* _Exercise description_
What you return must be every line from the beginning of the data through the line holding "#298=FACE_BOUND('',#297,.T.);", unchanged.

Collected data:
++++++++++++++++++++

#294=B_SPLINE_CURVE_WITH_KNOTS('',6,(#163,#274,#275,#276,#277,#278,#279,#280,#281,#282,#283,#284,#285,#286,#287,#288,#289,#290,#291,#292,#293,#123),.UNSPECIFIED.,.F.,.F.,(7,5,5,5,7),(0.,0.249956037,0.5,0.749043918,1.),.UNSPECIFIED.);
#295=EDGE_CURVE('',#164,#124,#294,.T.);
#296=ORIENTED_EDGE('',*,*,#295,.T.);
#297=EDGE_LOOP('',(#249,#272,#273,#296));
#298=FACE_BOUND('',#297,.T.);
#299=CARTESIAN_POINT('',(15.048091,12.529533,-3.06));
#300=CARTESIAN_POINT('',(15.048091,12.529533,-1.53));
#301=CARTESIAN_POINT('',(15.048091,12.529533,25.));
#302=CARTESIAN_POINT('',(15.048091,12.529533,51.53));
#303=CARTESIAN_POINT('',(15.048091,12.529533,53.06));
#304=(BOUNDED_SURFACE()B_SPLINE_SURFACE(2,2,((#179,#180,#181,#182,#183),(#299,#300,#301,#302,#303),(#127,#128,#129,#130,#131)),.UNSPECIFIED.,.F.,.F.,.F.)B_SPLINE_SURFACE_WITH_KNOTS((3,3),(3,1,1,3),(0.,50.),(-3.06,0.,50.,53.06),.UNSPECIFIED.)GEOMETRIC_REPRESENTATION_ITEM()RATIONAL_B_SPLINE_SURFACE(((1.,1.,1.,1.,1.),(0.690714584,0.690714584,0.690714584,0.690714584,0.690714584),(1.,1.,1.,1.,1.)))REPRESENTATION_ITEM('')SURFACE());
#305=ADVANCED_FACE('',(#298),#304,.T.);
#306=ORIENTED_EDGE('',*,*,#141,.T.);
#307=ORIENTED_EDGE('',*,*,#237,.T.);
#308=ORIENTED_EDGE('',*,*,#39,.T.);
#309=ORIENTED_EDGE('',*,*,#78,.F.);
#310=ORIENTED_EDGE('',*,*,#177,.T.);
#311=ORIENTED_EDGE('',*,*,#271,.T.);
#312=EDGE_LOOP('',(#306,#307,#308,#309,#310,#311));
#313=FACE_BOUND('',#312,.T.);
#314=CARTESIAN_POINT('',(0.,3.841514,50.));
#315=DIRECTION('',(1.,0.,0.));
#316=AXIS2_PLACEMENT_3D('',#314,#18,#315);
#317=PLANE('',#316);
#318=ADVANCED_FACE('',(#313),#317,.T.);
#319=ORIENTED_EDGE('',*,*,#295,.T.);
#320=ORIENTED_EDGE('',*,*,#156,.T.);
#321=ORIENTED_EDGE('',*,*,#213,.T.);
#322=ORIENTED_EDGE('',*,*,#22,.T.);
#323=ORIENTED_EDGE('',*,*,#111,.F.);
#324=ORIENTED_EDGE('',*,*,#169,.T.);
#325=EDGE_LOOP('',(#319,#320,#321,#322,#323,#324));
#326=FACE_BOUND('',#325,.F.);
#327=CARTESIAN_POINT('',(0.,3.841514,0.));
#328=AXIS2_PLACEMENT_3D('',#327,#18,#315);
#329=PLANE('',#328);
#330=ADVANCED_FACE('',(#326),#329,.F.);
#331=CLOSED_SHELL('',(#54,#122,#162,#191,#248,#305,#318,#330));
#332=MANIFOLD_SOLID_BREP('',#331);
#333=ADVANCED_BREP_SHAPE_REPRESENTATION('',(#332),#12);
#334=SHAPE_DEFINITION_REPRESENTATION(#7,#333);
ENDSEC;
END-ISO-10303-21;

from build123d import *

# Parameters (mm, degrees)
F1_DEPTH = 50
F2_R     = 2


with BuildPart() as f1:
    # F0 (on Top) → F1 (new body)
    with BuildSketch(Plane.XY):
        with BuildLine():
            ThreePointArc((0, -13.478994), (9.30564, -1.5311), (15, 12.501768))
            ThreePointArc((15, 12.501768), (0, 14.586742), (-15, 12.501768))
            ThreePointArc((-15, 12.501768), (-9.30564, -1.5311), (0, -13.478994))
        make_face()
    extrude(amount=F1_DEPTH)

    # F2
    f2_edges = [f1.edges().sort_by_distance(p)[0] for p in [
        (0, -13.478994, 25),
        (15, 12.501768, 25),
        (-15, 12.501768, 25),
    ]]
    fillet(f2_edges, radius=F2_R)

++++++++++++++++++++

* _Response below_
#294=B_SPLINE_CURVE_WITH_KNOTS('',6,(#163,#274,#275,#276,#277,#278,#279,#280,#281,#282,#283,#284,#285,#286,#287,#288,#289,#290,#291,#292,#293,#123),.UNSPECIFIED.,.F.,.F.,(7,5,5,5,7),(0.,0.249956037,0.5,0.749043918,1.),.UNSPECIFIED.);
#295=EDGE_CURVE('',#164,#124,#294,.T.);
#296=ORIENTED_EDGE('',*,*,#295,.T.);
#297=EDGE_LOOP('',(#249,#272,#273,#296));
#298=FACE_BOUND('',#297,.T.);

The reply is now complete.